Exercise requirements »
Report back each line of the records that contains the string "along".

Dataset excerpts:
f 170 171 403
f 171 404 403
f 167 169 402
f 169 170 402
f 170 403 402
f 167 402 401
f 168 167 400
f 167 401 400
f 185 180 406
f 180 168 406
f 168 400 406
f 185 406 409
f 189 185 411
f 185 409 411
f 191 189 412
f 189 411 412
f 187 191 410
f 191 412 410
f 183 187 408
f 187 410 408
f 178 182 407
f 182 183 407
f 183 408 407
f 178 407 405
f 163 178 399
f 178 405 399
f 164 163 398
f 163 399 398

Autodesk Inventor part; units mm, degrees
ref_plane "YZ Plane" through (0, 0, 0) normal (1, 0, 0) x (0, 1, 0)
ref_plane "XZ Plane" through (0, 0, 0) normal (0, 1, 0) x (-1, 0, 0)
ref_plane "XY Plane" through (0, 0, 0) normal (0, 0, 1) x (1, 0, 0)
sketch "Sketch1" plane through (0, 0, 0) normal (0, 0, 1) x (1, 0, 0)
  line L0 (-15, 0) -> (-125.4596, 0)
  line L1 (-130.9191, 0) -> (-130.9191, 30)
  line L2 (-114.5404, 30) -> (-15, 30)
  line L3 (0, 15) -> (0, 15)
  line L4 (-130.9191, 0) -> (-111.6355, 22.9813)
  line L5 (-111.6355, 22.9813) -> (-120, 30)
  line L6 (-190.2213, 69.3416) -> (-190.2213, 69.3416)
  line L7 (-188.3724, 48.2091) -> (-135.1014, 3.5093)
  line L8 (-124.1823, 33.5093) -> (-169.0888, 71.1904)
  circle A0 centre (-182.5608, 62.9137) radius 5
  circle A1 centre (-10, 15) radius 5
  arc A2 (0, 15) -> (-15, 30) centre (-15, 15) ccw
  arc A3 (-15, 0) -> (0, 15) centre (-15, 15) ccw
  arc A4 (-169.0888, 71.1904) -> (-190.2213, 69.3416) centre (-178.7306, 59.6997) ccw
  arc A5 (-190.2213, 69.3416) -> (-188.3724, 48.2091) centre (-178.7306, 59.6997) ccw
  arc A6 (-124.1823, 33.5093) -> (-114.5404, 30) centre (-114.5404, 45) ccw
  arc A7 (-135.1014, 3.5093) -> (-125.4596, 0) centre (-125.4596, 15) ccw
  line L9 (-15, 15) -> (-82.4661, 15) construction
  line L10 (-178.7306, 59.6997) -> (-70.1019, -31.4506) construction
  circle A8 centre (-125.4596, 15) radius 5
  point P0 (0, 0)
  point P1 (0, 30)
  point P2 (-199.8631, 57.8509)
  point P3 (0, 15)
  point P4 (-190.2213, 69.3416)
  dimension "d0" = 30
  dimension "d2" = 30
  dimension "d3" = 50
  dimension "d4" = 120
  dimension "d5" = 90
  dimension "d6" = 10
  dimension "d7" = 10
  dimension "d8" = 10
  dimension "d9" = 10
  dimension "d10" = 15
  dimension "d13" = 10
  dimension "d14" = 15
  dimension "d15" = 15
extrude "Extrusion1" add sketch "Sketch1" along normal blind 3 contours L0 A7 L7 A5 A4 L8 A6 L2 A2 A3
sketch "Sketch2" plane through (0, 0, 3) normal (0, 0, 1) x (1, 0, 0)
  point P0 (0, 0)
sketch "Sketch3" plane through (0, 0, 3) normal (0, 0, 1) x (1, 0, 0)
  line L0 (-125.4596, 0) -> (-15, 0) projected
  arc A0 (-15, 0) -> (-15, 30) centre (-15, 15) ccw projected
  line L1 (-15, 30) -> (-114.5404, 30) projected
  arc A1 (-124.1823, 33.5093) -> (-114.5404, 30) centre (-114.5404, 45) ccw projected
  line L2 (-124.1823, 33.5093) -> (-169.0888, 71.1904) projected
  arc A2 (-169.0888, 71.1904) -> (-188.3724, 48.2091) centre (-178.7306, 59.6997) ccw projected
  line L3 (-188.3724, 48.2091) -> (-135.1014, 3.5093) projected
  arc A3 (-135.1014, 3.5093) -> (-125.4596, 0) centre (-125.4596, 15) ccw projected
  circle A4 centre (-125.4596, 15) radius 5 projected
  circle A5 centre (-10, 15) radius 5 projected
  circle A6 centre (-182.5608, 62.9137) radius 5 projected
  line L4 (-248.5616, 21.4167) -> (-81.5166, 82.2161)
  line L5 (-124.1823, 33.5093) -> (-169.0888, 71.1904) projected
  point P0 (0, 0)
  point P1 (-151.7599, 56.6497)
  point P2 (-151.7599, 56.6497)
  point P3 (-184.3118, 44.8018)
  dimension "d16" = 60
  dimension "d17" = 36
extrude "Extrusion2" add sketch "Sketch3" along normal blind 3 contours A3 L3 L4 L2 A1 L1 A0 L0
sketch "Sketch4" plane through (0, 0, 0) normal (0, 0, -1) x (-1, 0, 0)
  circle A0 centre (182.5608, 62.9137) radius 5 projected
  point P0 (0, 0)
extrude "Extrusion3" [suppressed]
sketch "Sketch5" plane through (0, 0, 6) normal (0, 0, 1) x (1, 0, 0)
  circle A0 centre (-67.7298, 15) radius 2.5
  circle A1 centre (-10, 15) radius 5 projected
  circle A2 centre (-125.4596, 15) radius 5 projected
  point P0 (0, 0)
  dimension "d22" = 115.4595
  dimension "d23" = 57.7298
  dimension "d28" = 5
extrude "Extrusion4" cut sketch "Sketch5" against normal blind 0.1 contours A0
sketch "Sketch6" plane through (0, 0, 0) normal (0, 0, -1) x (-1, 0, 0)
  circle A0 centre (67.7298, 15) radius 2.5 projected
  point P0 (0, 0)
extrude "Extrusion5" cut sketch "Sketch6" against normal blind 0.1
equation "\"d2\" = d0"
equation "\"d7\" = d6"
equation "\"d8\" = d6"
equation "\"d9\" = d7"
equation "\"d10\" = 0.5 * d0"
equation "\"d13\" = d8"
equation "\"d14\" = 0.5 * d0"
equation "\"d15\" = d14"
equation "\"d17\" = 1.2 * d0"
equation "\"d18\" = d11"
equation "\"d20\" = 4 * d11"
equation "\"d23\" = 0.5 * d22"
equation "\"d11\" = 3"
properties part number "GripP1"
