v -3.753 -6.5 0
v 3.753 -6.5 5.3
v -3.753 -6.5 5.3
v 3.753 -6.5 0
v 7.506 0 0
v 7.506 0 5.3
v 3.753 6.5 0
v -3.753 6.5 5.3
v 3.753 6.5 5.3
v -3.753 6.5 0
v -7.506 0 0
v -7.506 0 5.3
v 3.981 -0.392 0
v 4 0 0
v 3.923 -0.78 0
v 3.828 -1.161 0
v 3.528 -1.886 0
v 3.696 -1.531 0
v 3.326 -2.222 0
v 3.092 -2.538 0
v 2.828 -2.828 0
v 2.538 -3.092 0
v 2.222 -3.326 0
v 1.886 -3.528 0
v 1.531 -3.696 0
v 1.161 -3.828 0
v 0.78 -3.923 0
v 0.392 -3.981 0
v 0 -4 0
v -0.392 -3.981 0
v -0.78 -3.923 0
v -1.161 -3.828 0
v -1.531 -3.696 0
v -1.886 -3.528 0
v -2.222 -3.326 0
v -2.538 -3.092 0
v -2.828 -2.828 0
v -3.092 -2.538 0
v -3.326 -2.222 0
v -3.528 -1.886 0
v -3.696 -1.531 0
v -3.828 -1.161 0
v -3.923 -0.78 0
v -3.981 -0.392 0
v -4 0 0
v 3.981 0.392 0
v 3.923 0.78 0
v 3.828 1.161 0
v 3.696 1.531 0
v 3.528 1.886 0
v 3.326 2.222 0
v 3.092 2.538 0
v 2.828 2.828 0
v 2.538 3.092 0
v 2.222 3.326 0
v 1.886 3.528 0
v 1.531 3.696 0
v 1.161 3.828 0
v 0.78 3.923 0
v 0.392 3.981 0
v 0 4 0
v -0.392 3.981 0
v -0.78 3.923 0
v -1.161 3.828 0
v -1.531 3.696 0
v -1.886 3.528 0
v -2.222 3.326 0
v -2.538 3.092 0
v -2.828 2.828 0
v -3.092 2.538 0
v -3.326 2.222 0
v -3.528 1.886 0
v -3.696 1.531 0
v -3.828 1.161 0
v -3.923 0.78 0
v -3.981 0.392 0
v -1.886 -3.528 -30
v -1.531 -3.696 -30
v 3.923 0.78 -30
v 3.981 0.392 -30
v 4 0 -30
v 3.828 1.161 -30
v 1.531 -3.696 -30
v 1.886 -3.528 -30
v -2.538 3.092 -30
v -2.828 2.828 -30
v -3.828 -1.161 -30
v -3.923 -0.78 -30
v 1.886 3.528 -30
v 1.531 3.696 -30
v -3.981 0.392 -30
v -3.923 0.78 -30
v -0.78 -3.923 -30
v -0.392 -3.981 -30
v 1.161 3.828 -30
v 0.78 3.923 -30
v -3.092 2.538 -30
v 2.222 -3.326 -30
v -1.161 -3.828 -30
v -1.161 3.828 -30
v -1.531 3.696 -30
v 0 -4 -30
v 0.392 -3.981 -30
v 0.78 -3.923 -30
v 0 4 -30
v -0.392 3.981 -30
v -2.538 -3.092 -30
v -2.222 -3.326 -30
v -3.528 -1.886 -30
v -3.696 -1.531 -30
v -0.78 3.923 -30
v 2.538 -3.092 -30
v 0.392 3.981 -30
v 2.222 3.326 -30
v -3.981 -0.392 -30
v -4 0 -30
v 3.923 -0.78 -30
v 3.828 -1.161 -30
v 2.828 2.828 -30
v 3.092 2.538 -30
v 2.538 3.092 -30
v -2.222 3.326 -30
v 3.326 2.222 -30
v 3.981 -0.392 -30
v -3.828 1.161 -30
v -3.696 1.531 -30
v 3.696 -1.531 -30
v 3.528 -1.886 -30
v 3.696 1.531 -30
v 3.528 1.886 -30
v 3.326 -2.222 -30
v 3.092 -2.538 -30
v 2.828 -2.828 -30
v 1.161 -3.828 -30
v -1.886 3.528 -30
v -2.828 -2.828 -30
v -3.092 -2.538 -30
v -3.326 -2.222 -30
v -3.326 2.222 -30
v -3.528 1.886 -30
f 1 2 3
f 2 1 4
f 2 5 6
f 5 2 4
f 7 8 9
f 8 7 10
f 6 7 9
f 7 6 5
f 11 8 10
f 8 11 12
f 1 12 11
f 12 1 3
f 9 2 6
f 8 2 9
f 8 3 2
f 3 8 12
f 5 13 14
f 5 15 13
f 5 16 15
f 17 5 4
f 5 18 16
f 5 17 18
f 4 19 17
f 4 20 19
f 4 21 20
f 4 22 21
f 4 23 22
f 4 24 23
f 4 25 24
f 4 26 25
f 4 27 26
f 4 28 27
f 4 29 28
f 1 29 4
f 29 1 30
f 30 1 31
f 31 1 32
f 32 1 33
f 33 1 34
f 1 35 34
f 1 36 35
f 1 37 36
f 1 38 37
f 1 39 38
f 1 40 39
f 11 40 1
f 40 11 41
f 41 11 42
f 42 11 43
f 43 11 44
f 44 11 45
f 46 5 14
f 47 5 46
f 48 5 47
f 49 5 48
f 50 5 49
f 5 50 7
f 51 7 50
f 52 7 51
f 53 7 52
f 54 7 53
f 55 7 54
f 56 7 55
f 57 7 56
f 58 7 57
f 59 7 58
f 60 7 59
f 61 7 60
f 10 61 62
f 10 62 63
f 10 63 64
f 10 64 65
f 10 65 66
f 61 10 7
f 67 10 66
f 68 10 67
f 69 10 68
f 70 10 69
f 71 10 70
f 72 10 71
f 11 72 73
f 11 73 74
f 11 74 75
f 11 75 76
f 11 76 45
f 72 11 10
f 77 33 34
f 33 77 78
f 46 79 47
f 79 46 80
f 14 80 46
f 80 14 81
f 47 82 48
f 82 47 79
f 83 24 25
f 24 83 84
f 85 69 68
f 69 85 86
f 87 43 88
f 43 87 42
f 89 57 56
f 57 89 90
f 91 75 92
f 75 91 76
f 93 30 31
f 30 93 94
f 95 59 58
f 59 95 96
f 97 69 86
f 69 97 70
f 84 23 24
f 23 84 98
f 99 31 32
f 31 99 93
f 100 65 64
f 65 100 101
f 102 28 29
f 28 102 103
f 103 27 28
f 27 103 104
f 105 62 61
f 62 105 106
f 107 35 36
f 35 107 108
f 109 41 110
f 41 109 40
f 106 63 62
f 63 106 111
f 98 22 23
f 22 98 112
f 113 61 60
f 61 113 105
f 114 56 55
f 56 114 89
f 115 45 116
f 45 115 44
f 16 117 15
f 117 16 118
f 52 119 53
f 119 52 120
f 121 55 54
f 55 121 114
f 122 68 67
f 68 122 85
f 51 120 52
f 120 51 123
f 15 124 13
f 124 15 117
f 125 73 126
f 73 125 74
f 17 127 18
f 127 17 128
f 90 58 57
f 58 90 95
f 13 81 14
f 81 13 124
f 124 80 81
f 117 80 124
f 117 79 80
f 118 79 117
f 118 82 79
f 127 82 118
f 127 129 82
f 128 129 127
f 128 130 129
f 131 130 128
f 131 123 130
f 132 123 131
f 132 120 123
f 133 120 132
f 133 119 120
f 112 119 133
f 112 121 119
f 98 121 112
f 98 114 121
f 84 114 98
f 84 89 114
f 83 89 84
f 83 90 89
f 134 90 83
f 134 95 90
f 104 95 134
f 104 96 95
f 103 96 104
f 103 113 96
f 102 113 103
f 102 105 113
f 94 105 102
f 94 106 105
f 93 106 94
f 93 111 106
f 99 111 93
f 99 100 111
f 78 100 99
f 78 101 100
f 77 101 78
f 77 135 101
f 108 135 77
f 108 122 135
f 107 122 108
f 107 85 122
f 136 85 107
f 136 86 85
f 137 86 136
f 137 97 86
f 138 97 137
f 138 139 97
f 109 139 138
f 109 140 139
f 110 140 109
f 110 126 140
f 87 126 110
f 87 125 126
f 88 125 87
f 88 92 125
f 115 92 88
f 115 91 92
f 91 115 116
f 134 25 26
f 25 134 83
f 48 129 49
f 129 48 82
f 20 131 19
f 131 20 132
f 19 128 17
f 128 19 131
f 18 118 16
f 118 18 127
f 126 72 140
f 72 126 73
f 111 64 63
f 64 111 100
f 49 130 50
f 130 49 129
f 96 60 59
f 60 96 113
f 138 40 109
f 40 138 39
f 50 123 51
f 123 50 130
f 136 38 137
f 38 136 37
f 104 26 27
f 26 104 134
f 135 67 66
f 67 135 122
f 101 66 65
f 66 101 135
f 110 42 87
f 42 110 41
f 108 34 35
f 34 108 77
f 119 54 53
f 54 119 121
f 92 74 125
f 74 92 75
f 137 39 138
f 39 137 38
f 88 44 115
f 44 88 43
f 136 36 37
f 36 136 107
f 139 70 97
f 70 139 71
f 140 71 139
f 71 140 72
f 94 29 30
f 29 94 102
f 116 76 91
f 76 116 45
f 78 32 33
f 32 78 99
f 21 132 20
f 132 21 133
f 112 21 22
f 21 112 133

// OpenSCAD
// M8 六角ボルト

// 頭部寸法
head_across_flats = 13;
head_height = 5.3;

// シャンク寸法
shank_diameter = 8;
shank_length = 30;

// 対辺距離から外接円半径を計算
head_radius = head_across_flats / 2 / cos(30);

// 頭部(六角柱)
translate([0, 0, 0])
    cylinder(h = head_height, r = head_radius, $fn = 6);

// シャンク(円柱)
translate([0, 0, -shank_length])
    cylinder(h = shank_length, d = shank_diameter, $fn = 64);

Task result »
extrude "Extrusion1" add sketch "Sketch1" along normal blind 3 contours L0 A7 L7 A5 A4 L8 A6 L2 A2 A3
extrude "Extrusion2" add sketch "Sketch3" along normal blind 3 contours A3 L3 L4 L2 A1 L1 A0 L0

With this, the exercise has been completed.